-- DATA follows --

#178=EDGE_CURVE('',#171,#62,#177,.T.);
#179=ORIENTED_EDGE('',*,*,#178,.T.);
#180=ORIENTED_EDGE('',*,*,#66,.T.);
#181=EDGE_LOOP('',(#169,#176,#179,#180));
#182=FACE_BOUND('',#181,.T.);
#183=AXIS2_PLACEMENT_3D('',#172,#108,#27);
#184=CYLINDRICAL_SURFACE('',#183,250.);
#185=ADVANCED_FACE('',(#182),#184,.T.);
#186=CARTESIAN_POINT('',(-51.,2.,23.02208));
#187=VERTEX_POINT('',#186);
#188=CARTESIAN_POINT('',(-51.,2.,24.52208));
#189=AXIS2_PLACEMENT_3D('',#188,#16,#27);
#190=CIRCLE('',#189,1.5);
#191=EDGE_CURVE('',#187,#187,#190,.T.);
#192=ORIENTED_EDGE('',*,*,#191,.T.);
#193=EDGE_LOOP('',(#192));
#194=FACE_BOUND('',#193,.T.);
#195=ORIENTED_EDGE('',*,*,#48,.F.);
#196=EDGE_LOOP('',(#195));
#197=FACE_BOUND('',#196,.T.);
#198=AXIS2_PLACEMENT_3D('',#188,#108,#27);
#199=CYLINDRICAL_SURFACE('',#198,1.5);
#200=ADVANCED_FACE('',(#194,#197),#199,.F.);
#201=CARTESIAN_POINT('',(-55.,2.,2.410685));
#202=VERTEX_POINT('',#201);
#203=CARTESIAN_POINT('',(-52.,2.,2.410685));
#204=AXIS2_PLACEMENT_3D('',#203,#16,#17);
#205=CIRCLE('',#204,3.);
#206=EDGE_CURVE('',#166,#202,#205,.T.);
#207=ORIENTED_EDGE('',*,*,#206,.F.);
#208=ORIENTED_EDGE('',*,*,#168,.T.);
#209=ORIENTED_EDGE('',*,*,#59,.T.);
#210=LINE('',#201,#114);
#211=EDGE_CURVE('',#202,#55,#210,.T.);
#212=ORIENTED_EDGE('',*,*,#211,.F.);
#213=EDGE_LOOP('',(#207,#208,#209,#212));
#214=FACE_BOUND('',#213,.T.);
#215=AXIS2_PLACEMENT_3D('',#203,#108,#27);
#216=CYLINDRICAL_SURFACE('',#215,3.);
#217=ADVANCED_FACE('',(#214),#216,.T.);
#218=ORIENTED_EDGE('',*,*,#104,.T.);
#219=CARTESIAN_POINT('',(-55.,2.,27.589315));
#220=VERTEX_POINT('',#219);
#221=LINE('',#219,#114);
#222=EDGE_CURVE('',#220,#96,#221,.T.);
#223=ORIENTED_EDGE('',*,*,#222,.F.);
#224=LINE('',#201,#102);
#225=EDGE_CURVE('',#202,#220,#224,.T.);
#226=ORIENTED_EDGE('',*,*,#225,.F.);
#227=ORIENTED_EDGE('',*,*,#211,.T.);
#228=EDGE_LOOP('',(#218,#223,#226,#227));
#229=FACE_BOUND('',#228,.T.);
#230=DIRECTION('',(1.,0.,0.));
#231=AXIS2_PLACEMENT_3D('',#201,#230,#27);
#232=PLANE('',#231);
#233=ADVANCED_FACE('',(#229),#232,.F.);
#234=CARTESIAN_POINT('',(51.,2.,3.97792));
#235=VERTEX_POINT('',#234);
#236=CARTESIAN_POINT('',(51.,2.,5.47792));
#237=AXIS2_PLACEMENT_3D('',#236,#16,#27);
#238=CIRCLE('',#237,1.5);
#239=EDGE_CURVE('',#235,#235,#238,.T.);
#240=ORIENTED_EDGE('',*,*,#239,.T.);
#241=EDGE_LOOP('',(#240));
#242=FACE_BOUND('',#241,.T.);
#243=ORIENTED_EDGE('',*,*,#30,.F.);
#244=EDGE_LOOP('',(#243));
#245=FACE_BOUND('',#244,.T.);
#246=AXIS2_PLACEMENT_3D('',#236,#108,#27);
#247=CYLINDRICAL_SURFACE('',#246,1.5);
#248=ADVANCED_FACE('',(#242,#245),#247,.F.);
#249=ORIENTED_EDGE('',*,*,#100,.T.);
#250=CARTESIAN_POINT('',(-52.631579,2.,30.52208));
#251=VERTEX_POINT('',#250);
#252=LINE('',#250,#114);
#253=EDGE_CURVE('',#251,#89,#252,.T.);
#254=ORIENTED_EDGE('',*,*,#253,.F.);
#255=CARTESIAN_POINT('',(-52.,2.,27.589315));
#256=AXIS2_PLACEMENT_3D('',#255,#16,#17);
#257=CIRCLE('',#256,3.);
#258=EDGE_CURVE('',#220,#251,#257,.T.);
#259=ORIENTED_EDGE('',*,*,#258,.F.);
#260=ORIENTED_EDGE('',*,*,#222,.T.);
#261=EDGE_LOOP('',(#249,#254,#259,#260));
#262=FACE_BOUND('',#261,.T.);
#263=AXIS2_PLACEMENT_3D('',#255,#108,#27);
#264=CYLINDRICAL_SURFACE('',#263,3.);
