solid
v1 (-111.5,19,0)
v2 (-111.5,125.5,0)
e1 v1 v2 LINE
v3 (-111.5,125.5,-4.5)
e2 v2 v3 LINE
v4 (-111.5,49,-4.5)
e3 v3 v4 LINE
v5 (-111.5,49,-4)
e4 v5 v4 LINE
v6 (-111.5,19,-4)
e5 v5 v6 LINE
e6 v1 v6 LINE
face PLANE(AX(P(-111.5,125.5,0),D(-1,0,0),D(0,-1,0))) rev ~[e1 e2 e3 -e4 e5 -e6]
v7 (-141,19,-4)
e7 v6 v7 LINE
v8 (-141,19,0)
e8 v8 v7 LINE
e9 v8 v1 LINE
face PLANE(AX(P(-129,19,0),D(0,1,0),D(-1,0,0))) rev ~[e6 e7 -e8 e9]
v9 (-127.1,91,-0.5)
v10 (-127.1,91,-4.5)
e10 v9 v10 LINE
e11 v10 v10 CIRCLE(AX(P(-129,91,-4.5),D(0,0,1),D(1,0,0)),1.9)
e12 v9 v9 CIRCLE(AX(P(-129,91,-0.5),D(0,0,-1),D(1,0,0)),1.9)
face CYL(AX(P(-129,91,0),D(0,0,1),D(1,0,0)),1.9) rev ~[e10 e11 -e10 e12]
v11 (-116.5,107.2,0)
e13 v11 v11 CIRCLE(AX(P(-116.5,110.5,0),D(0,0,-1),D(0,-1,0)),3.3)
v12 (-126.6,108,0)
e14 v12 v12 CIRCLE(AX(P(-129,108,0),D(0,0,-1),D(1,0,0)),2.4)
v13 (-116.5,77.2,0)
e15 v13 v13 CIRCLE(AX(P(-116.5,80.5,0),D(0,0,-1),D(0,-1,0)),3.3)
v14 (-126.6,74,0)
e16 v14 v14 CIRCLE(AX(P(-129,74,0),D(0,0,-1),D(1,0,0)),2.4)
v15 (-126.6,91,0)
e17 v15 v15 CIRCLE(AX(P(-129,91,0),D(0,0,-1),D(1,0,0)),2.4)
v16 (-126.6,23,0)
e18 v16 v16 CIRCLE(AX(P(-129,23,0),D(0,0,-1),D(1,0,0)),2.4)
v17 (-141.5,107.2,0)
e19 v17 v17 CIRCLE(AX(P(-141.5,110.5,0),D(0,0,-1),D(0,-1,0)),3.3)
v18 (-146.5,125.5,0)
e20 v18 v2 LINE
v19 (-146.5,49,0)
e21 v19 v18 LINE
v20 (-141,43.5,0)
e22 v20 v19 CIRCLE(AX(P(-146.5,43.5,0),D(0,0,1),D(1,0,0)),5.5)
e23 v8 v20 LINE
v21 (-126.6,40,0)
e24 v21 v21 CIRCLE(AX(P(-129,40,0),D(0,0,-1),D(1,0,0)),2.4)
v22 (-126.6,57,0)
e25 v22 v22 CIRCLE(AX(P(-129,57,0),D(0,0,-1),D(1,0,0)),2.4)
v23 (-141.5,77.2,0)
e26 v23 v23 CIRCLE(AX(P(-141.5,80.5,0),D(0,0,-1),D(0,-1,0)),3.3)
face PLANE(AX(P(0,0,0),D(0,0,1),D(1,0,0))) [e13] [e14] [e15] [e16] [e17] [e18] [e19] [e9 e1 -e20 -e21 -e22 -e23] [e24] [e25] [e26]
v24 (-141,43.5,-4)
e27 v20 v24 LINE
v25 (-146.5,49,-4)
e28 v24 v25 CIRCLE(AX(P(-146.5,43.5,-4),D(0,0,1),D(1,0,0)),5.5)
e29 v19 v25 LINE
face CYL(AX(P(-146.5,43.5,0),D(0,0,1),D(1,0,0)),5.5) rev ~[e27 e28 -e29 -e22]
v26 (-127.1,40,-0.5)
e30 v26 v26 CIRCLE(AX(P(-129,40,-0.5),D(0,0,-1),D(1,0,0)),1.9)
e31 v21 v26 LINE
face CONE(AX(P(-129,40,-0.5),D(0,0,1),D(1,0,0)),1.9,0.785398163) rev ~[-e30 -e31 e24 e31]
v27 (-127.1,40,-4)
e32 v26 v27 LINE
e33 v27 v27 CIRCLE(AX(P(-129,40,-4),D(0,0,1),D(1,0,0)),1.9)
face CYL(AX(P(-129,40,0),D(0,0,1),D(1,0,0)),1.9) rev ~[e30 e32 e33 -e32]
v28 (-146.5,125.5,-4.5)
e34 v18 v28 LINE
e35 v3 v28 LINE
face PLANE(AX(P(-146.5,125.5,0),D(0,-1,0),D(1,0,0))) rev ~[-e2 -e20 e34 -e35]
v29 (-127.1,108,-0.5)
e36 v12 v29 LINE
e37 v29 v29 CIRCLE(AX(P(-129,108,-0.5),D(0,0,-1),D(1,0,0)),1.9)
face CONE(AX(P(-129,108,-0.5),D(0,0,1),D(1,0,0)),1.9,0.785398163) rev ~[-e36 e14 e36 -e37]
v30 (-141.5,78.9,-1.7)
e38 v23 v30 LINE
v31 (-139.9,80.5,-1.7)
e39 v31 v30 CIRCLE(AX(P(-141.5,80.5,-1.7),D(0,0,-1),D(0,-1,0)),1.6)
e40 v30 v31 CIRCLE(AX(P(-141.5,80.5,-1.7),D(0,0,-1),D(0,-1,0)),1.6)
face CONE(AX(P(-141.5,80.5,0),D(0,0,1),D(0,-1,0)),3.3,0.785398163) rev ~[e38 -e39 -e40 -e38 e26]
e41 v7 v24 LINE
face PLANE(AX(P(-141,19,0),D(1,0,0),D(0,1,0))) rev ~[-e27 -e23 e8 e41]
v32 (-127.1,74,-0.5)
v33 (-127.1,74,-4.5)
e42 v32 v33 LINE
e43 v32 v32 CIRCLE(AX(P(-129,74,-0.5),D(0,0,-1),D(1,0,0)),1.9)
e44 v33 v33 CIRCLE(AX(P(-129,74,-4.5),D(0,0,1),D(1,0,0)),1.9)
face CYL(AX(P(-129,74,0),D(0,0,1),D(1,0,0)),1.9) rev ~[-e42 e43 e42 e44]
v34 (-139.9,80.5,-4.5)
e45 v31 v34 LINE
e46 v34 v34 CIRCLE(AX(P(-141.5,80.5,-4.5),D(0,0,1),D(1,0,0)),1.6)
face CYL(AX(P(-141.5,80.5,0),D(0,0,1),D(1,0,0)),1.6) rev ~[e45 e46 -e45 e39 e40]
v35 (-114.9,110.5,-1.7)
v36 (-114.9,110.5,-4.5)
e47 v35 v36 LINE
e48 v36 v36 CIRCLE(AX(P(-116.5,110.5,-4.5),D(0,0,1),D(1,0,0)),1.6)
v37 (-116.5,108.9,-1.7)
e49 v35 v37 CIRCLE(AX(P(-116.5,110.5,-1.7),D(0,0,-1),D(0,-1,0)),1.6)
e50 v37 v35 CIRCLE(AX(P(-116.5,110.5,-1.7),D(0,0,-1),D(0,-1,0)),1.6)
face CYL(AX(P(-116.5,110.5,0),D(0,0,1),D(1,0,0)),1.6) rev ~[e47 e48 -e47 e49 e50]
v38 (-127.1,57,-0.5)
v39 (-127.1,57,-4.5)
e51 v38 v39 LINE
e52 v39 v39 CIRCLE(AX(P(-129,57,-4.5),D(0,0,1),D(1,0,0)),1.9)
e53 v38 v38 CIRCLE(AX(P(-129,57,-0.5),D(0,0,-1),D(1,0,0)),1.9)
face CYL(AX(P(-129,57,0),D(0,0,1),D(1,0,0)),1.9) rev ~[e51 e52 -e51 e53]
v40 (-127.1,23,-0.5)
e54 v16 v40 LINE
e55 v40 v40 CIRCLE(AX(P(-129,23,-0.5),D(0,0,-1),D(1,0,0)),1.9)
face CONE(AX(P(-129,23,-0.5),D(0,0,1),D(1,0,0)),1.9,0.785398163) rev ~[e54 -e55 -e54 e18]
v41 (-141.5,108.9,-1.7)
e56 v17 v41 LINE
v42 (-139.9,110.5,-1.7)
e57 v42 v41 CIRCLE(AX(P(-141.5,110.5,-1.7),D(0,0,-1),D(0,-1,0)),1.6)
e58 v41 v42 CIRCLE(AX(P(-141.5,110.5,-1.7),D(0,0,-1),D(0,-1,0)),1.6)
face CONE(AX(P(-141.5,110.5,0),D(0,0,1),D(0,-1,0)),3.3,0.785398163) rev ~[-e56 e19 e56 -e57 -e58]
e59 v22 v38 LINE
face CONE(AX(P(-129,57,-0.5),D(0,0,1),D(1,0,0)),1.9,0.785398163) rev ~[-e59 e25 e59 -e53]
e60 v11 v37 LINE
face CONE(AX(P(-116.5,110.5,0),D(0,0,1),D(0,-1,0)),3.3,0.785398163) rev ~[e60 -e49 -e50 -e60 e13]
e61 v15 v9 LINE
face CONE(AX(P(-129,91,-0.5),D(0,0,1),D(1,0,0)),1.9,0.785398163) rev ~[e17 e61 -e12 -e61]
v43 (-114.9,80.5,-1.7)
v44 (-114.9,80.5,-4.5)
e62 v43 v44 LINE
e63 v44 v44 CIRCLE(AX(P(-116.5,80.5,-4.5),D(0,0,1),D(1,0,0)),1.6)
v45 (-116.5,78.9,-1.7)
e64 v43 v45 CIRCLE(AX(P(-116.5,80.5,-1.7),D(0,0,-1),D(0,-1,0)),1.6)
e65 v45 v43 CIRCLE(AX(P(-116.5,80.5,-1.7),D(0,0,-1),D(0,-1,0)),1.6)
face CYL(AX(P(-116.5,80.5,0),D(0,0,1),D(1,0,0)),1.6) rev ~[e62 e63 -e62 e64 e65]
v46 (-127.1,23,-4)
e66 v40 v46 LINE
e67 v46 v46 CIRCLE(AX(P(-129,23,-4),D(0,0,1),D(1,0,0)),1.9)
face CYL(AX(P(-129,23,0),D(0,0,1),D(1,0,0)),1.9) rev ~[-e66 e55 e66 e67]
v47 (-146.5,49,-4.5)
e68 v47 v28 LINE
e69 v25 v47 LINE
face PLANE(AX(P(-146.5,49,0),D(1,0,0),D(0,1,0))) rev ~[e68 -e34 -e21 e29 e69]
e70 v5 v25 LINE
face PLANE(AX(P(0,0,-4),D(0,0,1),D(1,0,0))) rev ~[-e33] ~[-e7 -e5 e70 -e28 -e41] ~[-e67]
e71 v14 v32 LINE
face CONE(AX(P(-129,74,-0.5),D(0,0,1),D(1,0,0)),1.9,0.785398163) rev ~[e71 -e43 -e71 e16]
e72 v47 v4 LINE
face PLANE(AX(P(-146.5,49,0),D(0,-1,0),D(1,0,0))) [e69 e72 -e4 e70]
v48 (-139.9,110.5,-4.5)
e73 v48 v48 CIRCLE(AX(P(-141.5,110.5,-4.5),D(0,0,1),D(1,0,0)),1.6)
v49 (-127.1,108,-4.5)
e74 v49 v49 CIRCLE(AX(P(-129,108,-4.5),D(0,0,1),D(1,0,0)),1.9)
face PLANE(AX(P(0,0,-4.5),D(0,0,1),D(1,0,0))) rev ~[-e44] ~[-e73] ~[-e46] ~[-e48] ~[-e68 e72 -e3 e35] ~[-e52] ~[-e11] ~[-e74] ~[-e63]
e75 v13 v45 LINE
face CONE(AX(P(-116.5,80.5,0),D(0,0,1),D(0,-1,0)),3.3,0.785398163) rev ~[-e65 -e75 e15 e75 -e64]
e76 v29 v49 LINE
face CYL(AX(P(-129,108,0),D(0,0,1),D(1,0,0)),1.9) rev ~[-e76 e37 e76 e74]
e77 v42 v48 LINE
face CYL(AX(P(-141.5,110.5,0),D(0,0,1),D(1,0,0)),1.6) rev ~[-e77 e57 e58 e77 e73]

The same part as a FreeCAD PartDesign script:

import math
import FreeCAD as App
import Part
import Sketcher

V = App.Vector
Q = App.Units.Quantity


def edges_at(feature, points):
    """Names of the edges that pass closest to the given points."""
    edges = feature.Shape.Edges
    near = lambda p: min(range(len(edges)), key=lambda i: edges[i].distToShape(Part.Vertex(*p))[0])
    return sorted({f"Edge{near(p) + 1}" for p in points})


def add_polygon(sketch, points):
    """Adds a closed chain of lines whose ends are joined by coincident constraints."""
    first, n = sketch.GeometryCount, len(points)
    for a, b in zip(points, points[1:] + points[:1]):
        sketch.addGeometry(Part.LineSegment(App.Vector(*a, 0), App.Vector(*b, 0)), False)
    for i in range(n):
        sketch.addConstraint(Sketcher.Constraint("Coincident", first + i, 2, first + (i + 1) % n, 1))

doc = App.newDocument("Part")
body = doc.addObject("PartDesign::Body", "Body")

sketch1 = doc.addObject("Sketcher::SketchObject", "Sketch")
body.addObject(sketch1)
sketch1.AttachmentSupport = (doc.XY_Plane, [""])
sketch1.MapMode = "FlatFace"
add_polygon(sketch1, [(-146.5, 125.5), (-146.5, 49), (-111.5, 49), (-111.5, 125.5)])
sketch1.addGeometry(Part.Circle(V(-129, 108, 0), V(0, 0, 1), 1.9), False)
sketch1.addGeometry(Part.Circle(V(-129, 91, 0), V(0, 0, 1), 1.9), False)
sketch1.addGeometry(Part.Circle(V(-129, 74, 0), V(0, 0, 1), 1.9), False)
sketch1.addGeometry(Part.Circle(V(-129, 57, 0), V(0, 0, 1), 1.9), False)
sketch1.addGeometry(Part.Circle(V(-141.5, 80.5, 0), V(0, 0, 1), 1.6), False)
sketch1.addGeometry(Part.Circle(V(-141.5, 110.5, 0), V(0, 0, 1), 1.6), False)
sketch1.addGeometry(Part.Circle(V(-116.5, 80.5, 0), V(0, 0, 1), 1.6), False)
sketch1.addGeometry(Part.Circle(V(-116.5, 110.5, 0), V(0, 0, 1), 1.6), False)
sketch1.addConstraint(Sketcher.Constraint("Vertical", 0))
sketch1.addConstraint(Sketcher.Constraint("Horizontal", 1))
sketch1.addConstraint(Sketcher.Constraint("Vertical", 2))
sketch1.addConstraint(Sketcher.Constraint("Horizontal", 3))
sketch1.addConstraint(Sketcher.Constraint("Equal", 4, 5))
sketch1.addConstraint(Sketcher.Constraint("Equal", 5, 6))
sketch1.addConstraint(Sketcher.Constraint("Equal", 6, 7))
sketch1.addConstraint(Sketcher.Constraint("Equal", 8, 9))
sketch1.addConstraint(Sketcher.Constraint("Equal", 9, 10))
sketch1.addConstraint(Sketcher.Constraint("Equal", 10, 11))
sketch1.addConstraint(Sketcher.Constraint("Horizontal", 8, 3, 10, 3))
sketch1.addConstraint(Sketcher.Constraint("Horizontal", 9, 3, 11, 3))
sketch1.addConstraint(Sketcher.Constraint("Vertical", 4, 3, 5, 3))
sketch1.addConstraint(Sketcher.Constraint("Vertical", 5, 3, 6, 3))
sketch1.addConstraint(Sketcher.Constraint("Vertical", 6, 3, 7, 3))
sketch1.addConstraint(Sketcher.Constraint("Vertical", 8, 3, 9, 3))
sketch1.addConstraint(Sketcher.Constraint("Vertical", 10, 3, 11, 3))
sketch1.addConstraint(Sketcher.Constraint("Diameter", 4, Q("3.8 mm")))
sketch1.addConstraint(Sketcher.Constraint("Diameter", 8, Q("3.2 mm")))
sketch1.addConstraint(Sketcher.Constraint("DistanceX", 1, 1, 1, 2, Q("35 mm")))
sketch1.addConstraint(Sketcher.Constraint("DistanceY", 0, 2, 0, 1, Q("76.5 mm")))
sketch1.addConstraint(Sketcher.Constraint("DistanceY", 5, 3, 4, 3, Q("17 mm")))
sketch1.addConstraint(Sketcher.Constraint("DistanceY", 6, 3, 5, 3, Q("17 mm")))
sketch1.addConstraint(Sketcher.Constraint("DistanceY", 7, 3, 6, 3, Q("17 mm")))
sketch1.addConstraint(Sketcher.Constraint("DistanceY", 8, 3, 9, 3, Q("30 mm")))
sketch1.addConstraint(Sketcher.Constraint("DistanceX", 0, 2, 8, 3, Q("5 mm")))
sketch1.addConstraint(Sketcher.Constraint("DistanceX", 0, 2, 10, 3, Q("30 mm")))
sketch1.addConstraint(Sketcher.Constraint("DistanceY", 11, 3, 2, 2, Q("15 mm")))
sketch1.addConstraint(Sketcher.Constraint("DistanceX", 0, 2, 7, 3, Q("17.5 mm")))
sketch1.addConstraint(Sketcher.Constraint("DistanceY", 4, 3, 2, 2, Q("17.5 mm")))
sketch1.addConstraint(Sketcher.Constraint("DistanceX", 4, 3, -1, 1, Q("129 mm")))
sketch1.addConstraint(Sketcher.Constraint("DistanceY", -1, 1, 4, 3, Q("108 mm")))
pad1 = doc.addObject("PartDesign::Pad", "Pad")
body.addObject(pad1)
pad1.Profile = sketch1
pad1.Length = 4.5
pad1.Reversed = True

-- DATA concluded --

• _TASK BRIEF_: Return exactly the lines above from the line that has "face CYL(AX(P(-129,108,0),D(0,0,1),D(1,0,0)),1.9) rev" through the line that has "The same part", inclusive, and nothing else.

• _EXPECTED ANSWER_:
face CYL(AX(P(-129,108,0),D(0,0,1),D(1,0,0)),1.9) rev ~[-e76 e37 e76 e74]
e77 v42 v48 LINE
face CYL(AX(P(-141.5,110.5,0),D(0,0,1),D(1,0,0)),1.6) rev ~[-e77 e57 e58 e77 e73]

The same part as a FreeCAD PartDesign script:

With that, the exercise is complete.